In the same vein Wasm is also an option that might be more suited to this kind of thing thanks to the higher-level ABI (/components).


Even the _design_ of languages is a generational project. There are open problems in the PL space that we know need to be fixed but we have no idea how. Once you've got the ‘core ideas’ of the language in some papers somewhere (and proofs that they're coherent, which is usually the meat of the process) it's a pretty quick step to get a toy implementation, but then the path to an implementation that is usable for day-to-day work (especially if performance is important) can take decades, and the path to adoption after that can easily take between 5 and 20 more years.

Then people figure out the thing about your core ideas that gets in the way when writing the kinds of real-world programs they want to write and you get to go back to the drawing board for the next language idea :)

As an example of the kind of time scales involved, linear logic was introduced in 1987. Linear (well, affine) types made it into Rust 1.0 in 2015, which IMO is the first time substructural types have made it to a ‘mainstream’ (albeit still far from ubiquitous) language. And that's a very straightforward language feature that doesn't really challenge the dominant imperative/functional hybrid paradigm or have any inherent effect on performance (since it's ‘just’ a type system feature).

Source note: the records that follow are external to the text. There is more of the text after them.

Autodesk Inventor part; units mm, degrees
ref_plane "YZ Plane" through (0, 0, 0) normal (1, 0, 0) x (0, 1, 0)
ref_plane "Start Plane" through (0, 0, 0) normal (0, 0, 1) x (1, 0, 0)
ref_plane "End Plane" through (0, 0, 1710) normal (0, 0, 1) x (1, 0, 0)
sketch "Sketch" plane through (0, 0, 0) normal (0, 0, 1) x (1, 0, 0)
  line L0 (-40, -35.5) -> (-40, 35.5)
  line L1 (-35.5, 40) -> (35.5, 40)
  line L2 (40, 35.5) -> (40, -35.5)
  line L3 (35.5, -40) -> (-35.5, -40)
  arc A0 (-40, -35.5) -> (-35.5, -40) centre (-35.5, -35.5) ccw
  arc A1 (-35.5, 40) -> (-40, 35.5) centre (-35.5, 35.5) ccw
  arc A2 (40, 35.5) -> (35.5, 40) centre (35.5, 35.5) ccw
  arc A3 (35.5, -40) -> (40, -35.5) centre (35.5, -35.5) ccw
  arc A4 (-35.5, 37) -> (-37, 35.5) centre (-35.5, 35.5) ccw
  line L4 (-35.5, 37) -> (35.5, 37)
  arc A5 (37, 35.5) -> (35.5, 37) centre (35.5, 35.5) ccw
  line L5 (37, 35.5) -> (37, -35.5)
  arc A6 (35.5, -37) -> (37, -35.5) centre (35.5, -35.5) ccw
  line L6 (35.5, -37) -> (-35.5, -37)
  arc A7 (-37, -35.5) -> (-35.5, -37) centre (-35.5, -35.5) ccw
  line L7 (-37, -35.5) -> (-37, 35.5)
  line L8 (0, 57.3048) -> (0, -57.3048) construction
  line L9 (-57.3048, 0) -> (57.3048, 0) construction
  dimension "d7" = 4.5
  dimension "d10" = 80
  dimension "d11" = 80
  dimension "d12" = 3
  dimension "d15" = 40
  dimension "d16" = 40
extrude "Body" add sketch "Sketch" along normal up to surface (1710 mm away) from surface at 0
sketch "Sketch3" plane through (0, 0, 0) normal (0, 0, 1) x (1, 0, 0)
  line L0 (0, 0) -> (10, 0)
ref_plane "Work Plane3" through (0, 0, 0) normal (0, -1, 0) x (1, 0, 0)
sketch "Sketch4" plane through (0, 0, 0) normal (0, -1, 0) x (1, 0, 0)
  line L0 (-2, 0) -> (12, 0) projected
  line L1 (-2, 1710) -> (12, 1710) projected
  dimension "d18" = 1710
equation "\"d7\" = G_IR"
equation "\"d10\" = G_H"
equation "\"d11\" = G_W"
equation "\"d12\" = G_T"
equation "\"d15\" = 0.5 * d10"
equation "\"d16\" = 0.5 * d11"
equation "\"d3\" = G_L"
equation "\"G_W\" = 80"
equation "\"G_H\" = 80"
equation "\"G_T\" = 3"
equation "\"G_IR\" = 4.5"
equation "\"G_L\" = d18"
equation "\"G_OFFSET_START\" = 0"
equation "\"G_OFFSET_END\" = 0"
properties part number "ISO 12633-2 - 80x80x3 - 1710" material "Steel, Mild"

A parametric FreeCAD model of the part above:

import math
import FreeCAD as App
import Part
import Sketcher
from FreeCAD import Vector

doc = App.newDocument("Part")
body = doc.addObject("PartDesign::Body", "Body")

# Sketch on XY plane
sketch1 = body.newObject("Sketcher::SketchObject", "Sketch")
sketch1.AttachmentSupport = (doc.getObject("XY_Plane"), [""])
sketch1.MapMode = "FlatFace"
sketch1.addGeometry(Part.LineSegment(Vector(-40, 35.5, 0), Vector(-40, -35.5, 0)), False)
sketch1.addGeometry(Part.ArcOfCircle(Part.Circle(Vector(-35.5, -35.5, 0), Vector(0, 0, 1), 4.5), math.radians(180), math.radians(270)), False)
sketch1.addGeometry(Part.LineSegment(Vector(-35.5, -40, 0), Vector(35.5, -40, 0)), False)
sketch1.addGeometry(Part.ArcOfCircle(Part.Circle(Vector(35.5, -35.5, 0), Vector(0, 0, 1), 4.5), math.radians(-90), math.radians(0)), False)
sketch1.addGeometry(Part.LineSegment(Vector(40, -35.5, 0), Vector(40, 35.5, 0)), False)
sketch1.addGeometry(Part.ArcOfCircle(Part.Circle(Vector(35.5, 35.5, 0), Vector(0, 0, 1), 4.5), math.radians(0), math.radians(90)), False)
sketch1.addGeometry(Part.LineSegment(Vector(35.5, 40, 0), Vector(-35.5, 40, 0)), False)
sketch1.addGeometry(Part.ArcOfCircle(Part.Circle(Vector(-35.5, 35.5, 0), Vector(0, 0, 1), 4.5), math.radians(90), math.radians(180)), False)
sketch1.addGeometry(Part.ArcOfCircle(Part.Circle(Vector(-35.5, 35.5, 0), Vector(0, 0, 1), 1.5), math.radians(90), math.radians(180)), False)
sketch1.addGeometry(Part.LineSegment(Vector(-35.5, 37, 0), Vector(35.5, 37, 0)), False)
sketch1.addGeometry(Part.ArcOfCircle(Part.Circle(Vector(35.5, 35.5, 0), Vector(0, 0, 1), 1.5), math.radians(0), math.radians(90)), False)
sketch1.addGeometry(Part.LineSegment(Vector(37, 35.5, 0), Vector(37, -35.5, 0)), False)
sketch1.addGeometry(Part.ArcOfCircle(Part.Circle(Vector(35.5, -35.5, 0), Vector(0, 0, 1), 1.5), math.radians(-90), math.radians(0)), False)
sketch1.addGeometry(Part.LineSegment(Vector(35.5, -37, 0), Vector(-35.5, -37, 0)), False)
sketch1.addGeometry(Part.ArcOfCircle(Part.Circle(Vector(-35.5, -35.5, 0), Vector(0, 0, 1), 1.5), math.radians(180), math.radians(270)), False)
sketch1.addGeometry(Part.LineSegment(Vector(-37, -35.5, 0), Vector(-37, 35.5, 0)), False)
sketch1.addConstraint(Sketcher.Constraint("Tangent", 0, 2, 1, 1))
sketch1.addConstraint(Sketcher.Constraint("Tangent", 1, 2, 2, 1))
sketch1.addConstraint(Sketcher.Constraint("Tangent", 2, 2, 3, 1))
sketch1.addConstraint(Sketcher.Constraint("Tangent", 3, 2, 4, 1))
sketch1.addConstraint(Sketcher.Constraint("Tangent", 4, 2, 5, 1))
sketch1.addConstraint(Sketcher.Constraint("Tangent", 5, 2, 6, 1))
sketch1.addConstraint(Sketcher.Constraint("Tangent", 6, 2, 7, 1))
sketch1.addConstraint(Sketcher.Constraint("Tangent", 7, 2, 0, 1))
sketch1.addConstraint(Sketcher.Constraint("Tangent", 8, 1, 9, 1))
sketch1.addConstraint(Sketcher.Constraint("Tangent", 9, 2, 10, 2))
sketch1.addConstraint(Sketcher.Constraint("Tangent", 10, 1, 11, 1))
sketch1.addConstraint(Sketcher.Constraint("Tangent", 11, 2, 12, 2))
sketch1.addConstraint(Sketcher.Constraint("Tangent", 12, 1, 13, 1))
sketch1.addConstraint(Sketcher.Constraint("Tangent", 13, 2, 14, 2))
sketch1.addConstraint(Sketcher.Constraint("Tangent", 14, 1, 15, 1))
sketch1.addConstraint(Sketcher.Constraint("Tangent", 15, 2, 8, 2))
sketch1.addConstraint(Sketcher.Constraint("Vertical", 0))
sketch1.addConstraint(Sketcher.Constraint("Horizontal", 2))
sketch1.addConstraint(Sketcher.Constraint("Vertical", 4))
sketch1.addConstraint(Sketcher.Constraint("Horizontal", 6))
sketch1.addConstraint(Sketcher.Constraint("Horizontal", 9))
sketch1.addConstraint(Sketcher.Constraint("Vertical", 11))
sketch1.addConstraint(Sketcher.Constraint("Horizontal", 13))
sketch1.addConstraint(Sketcher.Constraint("Vertical", 15))
sketch1.addConstraint(Sketcher.Constraint("Coincident", 8, 3, 7, 3))
sketch1.addConstraint(Sketcher.Constraint("Coincident", 10, 3, 5, 3))
sketch1.addConstraint(Sketcher.Constraint("Coincident", 12, 3, 3, 3))
sketch1.addConstraint(Sketcher.Constraint("Equal", 1, 3))
sketch1.addConstraint(Sketcher.Constraint("Equal", 3, 5))
sketch1.addConstraint(Sketcher.Constraint("Equal", 5, 7))
sketch1.addConstraint(Sketcher.Constraint("Equal", 12, 14))
sketch1.addConstraint(Sketcher.Constraint("Symmetric", 1, 3, 5, 3, -1, 1))
sketch1.addConstraint(Sketcher.Constraint("Equal", 13, 0))
sketch1.addConstraint(Sketcher.Constraint("Radius", 1, 4.5))
sketch1.addConstraint(Sketcher.Constraint("Radius", 8, 1.5))
sketch1.addConstraint(Sketcher.Constraint("DistanceX", 0, 2, -1, 1, 40.0))
pad1 = body.newObject("PartDesign::Pad", "Pad")
pad1.Profile = sketch1
pad1.Length = 1710

doc.recompute()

IMHO the next big thing up (assuming LLMs and other AI advancements don't throw everything off-kilter) is probably effect systems, introduced in ~2013, for which we can linearly extrapolate a time frame of about 2041!

But maybe not — one exciting thing that's been happening is that (as Jonathan Blow noted) with the growth of lower-level substrates like LLVM the work to go from a toy to a working and performant language has decreased significantly.